Problem to solve:
Copy out exactly the stretch of the listing below that begins at the line containing "f 97 112 110" and ends at the line containing "f 107 3 109", and copy nothing outside it.
======== Recorded data ========
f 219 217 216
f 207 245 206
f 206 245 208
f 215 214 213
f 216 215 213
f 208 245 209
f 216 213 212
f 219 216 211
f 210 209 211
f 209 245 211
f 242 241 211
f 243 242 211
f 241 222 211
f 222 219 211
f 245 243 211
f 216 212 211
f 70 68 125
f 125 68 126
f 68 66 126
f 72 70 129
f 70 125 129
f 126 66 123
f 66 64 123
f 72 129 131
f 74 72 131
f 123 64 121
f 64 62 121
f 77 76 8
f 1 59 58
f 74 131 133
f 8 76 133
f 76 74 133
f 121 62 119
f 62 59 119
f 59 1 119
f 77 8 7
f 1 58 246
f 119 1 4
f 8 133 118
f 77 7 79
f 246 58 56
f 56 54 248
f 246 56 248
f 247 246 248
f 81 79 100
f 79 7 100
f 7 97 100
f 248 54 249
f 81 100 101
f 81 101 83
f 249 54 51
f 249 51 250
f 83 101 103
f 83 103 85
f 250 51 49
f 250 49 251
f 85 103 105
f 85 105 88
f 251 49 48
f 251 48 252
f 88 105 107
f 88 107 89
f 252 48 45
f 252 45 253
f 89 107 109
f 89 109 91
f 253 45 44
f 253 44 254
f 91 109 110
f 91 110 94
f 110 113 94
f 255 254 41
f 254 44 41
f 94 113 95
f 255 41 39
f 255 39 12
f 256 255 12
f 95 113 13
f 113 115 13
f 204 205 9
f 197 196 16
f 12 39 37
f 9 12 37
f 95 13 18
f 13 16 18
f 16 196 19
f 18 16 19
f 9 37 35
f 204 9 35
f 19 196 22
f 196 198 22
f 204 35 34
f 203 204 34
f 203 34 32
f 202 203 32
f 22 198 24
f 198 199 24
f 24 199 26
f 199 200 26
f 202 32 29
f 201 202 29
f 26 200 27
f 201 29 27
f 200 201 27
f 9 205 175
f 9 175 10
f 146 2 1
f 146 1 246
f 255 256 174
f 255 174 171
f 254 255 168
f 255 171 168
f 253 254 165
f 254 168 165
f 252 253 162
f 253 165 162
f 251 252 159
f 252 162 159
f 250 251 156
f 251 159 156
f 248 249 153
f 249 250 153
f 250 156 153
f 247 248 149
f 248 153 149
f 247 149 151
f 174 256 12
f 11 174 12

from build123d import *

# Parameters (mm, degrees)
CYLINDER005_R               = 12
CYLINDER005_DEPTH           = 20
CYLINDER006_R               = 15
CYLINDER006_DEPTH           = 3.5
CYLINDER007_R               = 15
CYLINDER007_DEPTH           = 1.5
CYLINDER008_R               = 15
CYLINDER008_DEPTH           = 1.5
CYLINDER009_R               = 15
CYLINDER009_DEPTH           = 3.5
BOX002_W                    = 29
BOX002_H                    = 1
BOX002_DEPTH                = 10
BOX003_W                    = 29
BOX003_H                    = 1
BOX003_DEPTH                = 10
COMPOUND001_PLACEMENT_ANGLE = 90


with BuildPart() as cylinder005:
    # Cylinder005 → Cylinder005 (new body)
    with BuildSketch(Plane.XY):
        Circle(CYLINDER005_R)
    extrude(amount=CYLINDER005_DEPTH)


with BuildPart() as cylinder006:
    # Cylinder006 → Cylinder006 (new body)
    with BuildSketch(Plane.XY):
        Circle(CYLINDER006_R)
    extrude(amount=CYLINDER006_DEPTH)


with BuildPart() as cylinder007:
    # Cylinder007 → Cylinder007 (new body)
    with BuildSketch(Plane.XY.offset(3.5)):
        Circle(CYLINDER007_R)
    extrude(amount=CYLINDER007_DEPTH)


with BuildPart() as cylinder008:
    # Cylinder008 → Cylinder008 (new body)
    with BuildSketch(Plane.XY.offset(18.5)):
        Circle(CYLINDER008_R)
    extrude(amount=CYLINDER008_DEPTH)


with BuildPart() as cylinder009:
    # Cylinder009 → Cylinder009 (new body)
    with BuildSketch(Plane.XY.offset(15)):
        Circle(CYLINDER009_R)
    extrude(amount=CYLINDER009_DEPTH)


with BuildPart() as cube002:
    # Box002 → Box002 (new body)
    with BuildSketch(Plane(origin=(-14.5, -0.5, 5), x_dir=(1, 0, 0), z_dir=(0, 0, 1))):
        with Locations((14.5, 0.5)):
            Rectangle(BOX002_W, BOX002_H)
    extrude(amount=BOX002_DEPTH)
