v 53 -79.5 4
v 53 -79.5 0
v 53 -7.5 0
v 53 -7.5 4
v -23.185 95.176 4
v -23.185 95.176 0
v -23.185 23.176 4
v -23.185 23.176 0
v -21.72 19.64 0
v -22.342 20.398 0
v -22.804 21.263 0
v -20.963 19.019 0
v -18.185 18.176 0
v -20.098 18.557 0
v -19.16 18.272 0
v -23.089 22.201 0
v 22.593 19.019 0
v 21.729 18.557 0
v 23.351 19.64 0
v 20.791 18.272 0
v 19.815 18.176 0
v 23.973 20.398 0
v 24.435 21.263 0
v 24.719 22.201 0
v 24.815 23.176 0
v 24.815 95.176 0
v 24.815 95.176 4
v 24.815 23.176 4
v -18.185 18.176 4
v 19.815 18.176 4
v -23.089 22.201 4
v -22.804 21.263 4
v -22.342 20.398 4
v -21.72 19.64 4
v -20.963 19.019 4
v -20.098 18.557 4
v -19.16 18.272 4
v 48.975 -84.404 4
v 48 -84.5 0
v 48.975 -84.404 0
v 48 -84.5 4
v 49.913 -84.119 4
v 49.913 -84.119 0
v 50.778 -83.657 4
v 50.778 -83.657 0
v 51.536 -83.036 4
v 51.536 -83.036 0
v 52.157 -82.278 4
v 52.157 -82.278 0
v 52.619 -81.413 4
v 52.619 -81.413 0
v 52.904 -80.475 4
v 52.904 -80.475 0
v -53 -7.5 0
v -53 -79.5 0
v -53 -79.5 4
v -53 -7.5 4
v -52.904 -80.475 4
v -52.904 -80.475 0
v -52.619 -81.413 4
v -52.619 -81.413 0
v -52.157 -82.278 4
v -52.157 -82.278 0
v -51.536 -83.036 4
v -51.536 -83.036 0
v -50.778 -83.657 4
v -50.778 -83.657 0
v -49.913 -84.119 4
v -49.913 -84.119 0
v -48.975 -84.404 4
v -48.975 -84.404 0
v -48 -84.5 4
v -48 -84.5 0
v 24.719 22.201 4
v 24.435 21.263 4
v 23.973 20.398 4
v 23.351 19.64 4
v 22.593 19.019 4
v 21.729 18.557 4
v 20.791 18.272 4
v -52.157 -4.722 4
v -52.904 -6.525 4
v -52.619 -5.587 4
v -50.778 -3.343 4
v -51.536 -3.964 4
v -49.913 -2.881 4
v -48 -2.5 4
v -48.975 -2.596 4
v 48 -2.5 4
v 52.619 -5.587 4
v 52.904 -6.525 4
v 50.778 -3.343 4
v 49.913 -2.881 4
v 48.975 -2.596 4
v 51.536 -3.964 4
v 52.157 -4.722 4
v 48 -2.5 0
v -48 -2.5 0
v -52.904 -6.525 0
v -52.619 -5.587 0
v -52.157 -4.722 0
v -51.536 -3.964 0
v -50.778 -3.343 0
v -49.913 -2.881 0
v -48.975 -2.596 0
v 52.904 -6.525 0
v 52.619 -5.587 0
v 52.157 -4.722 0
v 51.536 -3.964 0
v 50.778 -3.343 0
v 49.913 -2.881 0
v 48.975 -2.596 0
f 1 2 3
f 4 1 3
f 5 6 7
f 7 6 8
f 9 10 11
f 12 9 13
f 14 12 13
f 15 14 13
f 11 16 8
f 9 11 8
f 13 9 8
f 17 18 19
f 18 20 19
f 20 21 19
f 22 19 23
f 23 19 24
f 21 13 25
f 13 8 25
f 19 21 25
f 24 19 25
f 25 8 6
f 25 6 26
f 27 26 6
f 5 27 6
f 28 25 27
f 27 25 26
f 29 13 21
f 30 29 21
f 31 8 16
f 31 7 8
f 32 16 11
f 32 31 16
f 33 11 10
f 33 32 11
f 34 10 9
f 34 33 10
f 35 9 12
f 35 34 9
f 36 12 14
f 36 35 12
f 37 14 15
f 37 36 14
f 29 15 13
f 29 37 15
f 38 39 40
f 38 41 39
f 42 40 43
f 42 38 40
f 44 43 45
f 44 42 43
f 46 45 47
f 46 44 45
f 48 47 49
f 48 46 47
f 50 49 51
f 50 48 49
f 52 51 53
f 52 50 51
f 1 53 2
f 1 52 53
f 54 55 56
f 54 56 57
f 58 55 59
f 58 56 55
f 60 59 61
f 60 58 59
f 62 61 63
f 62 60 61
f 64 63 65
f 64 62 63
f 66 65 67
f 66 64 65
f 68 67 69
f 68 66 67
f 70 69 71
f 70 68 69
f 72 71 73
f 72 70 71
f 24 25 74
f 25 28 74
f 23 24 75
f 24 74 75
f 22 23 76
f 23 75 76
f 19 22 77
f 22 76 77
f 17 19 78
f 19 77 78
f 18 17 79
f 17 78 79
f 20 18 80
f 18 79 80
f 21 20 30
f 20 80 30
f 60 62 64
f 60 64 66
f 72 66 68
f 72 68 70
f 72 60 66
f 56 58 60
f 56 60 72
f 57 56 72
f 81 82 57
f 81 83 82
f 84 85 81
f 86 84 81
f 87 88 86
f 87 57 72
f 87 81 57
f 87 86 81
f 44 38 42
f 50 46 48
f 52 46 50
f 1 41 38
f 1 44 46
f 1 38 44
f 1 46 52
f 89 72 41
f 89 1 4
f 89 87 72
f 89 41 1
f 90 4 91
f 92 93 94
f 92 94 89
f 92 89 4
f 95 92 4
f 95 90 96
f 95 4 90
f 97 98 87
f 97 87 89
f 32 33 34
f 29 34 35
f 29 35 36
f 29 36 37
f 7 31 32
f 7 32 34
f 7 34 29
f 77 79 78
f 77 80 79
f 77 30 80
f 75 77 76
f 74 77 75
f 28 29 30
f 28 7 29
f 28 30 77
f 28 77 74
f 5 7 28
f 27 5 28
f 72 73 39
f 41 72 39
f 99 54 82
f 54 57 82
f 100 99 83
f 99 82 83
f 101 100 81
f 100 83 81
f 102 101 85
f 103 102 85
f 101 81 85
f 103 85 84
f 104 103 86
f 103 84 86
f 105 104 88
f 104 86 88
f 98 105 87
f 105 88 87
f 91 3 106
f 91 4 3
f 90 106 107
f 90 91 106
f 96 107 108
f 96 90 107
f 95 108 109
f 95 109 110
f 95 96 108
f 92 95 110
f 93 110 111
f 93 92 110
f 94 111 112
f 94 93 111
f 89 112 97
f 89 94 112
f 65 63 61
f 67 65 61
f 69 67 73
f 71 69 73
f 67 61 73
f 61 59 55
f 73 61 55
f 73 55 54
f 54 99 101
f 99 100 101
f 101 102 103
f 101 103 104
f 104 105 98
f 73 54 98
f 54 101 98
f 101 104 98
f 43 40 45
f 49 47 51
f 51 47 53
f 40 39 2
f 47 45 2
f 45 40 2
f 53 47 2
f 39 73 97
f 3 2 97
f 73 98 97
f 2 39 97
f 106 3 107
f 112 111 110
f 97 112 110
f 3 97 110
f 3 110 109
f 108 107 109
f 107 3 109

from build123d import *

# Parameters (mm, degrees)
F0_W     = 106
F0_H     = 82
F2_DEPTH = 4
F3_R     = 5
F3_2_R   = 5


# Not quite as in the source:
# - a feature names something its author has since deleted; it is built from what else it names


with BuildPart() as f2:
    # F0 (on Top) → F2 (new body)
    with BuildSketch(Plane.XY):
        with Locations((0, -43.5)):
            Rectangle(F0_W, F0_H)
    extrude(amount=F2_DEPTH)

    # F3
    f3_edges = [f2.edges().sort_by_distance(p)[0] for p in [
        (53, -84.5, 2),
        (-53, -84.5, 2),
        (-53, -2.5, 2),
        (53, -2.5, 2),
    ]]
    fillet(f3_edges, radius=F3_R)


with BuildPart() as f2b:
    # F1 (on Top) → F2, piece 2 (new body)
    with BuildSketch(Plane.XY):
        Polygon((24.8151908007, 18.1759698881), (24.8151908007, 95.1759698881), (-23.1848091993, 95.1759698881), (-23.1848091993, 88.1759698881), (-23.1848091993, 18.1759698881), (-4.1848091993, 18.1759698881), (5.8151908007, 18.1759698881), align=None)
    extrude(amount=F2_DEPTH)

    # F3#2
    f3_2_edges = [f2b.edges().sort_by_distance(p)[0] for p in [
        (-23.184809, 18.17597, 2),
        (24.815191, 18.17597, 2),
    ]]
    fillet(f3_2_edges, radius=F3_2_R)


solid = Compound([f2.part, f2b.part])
========
======== Recorded data ========
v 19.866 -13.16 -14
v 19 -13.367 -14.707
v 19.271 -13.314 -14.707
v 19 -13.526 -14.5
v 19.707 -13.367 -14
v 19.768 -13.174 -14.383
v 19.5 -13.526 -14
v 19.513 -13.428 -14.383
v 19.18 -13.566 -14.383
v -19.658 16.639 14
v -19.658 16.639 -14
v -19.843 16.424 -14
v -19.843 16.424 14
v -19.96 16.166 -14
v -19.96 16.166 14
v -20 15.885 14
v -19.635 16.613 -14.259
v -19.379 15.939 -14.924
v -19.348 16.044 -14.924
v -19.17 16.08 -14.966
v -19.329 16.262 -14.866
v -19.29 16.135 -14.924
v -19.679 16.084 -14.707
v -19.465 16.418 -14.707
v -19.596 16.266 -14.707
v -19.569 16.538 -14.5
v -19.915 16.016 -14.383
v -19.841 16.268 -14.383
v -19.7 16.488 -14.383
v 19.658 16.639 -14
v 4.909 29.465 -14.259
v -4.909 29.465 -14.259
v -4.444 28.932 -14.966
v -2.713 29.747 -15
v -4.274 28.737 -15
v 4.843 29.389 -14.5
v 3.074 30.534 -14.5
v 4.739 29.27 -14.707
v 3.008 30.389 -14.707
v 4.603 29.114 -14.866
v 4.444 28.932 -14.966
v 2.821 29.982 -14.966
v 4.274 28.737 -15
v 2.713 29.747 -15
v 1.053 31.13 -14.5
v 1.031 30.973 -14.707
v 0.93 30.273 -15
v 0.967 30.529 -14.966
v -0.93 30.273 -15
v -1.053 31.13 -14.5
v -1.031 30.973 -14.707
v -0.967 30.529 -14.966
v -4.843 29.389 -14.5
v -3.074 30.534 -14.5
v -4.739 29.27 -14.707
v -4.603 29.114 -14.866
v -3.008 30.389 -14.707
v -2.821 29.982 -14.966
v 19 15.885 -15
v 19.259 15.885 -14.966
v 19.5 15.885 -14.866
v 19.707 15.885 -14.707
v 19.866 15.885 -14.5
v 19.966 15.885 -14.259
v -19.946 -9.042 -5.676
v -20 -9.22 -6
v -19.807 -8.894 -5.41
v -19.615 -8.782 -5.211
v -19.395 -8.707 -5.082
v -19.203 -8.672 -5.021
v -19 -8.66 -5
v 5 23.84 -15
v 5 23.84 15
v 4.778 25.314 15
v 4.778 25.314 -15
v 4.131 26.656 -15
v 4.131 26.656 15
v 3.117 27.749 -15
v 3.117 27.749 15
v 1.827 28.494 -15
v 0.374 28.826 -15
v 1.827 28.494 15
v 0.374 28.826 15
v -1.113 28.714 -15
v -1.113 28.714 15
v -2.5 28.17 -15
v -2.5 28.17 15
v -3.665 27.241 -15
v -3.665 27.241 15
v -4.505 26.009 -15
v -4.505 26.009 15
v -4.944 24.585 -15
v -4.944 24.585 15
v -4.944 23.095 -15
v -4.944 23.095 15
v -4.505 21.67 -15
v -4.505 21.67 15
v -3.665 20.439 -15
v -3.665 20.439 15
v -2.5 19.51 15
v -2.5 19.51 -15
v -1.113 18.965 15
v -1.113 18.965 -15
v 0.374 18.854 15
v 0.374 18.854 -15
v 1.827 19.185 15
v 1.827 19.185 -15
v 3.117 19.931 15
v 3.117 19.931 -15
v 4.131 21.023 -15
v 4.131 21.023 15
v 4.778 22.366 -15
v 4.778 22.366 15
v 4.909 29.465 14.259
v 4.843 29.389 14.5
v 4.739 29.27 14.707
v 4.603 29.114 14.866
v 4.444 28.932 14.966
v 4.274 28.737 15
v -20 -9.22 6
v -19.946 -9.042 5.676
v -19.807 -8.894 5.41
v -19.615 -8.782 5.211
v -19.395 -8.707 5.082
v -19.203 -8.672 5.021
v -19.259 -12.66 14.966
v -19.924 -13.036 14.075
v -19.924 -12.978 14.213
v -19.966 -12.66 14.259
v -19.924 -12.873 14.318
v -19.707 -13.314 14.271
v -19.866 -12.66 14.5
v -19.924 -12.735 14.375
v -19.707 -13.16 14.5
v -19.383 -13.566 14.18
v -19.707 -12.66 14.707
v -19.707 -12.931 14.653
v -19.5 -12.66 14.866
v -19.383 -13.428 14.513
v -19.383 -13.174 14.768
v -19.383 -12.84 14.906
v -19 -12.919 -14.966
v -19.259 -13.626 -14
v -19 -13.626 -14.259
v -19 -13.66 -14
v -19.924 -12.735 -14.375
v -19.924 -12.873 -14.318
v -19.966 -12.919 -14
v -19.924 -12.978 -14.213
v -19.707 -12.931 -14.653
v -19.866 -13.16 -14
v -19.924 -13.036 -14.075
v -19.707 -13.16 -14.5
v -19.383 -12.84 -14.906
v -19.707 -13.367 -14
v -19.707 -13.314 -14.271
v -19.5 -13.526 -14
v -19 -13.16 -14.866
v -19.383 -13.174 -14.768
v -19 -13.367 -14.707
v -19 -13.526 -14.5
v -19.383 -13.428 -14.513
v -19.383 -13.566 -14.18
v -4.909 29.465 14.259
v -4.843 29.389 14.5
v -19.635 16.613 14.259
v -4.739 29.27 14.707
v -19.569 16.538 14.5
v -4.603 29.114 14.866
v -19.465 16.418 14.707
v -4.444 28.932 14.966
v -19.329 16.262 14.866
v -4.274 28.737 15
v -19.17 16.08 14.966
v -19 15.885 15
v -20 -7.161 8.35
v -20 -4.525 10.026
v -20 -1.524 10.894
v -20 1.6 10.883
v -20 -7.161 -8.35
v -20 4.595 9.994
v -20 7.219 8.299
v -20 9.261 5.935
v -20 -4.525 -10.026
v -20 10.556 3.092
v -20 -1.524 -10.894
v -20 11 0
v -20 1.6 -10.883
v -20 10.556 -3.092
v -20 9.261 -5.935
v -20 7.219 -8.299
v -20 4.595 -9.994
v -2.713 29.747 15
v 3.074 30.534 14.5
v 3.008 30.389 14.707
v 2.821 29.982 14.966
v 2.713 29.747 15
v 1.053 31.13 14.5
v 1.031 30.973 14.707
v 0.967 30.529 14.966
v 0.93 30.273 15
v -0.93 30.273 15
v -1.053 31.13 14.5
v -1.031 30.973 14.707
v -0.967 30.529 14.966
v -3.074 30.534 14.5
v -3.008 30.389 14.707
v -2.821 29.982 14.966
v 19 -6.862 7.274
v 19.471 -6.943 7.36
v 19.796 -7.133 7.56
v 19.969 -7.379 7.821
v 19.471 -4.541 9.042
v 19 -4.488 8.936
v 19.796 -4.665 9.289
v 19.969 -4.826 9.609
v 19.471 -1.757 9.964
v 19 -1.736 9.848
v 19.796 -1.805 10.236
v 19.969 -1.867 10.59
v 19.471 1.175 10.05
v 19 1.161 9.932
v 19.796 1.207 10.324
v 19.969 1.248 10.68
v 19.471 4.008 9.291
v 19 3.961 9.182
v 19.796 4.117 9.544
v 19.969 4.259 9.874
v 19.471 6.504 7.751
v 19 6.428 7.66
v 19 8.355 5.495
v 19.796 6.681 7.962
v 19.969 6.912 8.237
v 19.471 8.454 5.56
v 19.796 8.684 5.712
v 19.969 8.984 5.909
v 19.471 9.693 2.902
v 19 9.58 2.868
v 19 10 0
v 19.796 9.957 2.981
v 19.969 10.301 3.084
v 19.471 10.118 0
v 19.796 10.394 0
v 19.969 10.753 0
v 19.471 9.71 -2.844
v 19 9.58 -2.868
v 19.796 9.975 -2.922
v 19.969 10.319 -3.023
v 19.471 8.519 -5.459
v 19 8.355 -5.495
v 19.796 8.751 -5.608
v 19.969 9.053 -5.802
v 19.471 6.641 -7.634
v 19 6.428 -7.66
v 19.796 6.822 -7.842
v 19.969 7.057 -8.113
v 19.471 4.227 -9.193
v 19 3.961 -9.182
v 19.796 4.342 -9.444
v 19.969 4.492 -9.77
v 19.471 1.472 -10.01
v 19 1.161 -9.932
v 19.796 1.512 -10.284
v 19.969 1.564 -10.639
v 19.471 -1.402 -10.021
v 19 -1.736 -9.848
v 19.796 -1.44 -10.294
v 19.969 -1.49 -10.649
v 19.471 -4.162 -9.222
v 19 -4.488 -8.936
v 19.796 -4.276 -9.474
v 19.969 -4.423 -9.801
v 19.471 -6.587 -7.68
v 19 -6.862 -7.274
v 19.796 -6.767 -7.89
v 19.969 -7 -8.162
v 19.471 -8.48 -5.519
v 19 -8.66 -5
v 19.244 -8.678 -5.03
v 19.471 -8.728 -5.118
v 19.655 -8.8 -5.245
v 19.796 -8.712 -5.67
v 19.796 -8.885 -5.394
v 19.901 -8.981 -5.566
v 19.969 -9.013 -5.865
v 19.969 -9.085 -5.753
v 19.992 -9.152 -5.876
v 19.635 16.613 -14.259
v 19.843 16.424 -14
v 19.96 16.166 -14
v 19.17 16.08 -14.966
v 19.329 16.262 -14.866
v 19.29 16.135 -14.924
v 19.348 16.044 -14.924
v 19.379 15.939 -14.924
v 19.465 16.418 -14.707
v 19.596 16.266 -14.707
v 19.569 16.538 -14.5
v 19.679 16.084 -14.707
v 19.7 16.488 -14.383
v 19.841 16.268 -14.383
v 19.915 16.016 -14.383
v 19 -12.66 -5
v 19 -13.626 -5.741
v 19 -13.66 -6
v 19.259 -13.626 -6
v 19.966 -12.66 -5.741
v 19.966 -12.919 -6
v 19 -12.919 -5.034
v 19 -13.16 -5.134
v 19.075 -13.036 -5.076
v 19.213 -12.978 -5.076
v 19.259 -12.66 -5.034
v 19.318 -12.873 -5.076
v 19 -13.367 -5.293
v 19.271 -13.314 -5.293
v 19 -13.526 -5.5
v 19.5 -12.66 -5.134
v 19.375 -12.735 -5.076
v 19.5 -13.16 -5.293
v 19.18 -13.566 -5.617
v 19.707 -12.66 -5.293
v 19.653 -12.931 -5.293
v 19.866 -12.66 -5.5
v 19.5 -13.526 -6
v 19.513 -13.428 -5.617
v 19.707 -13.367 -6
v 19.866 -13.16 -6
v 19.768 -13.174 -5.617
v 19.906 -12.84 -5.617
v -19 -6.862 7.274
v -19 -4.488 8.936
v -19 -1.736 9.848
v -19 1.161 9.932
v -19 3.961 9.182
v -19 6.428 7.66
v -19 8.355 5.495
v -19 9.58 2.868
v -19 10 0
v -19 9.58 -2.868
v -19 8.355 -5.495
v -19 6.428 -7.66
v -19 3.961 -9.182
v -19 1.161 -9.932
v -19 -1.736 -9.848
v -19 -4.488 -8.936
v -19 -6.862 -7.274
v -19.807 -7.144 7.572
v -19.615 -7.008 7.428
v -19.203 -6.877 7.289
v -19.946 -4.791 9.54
========
Exercise output:
f 97 112 110
f 3 97 110
f 3 110 109
f 108 107 109
f 107 3 109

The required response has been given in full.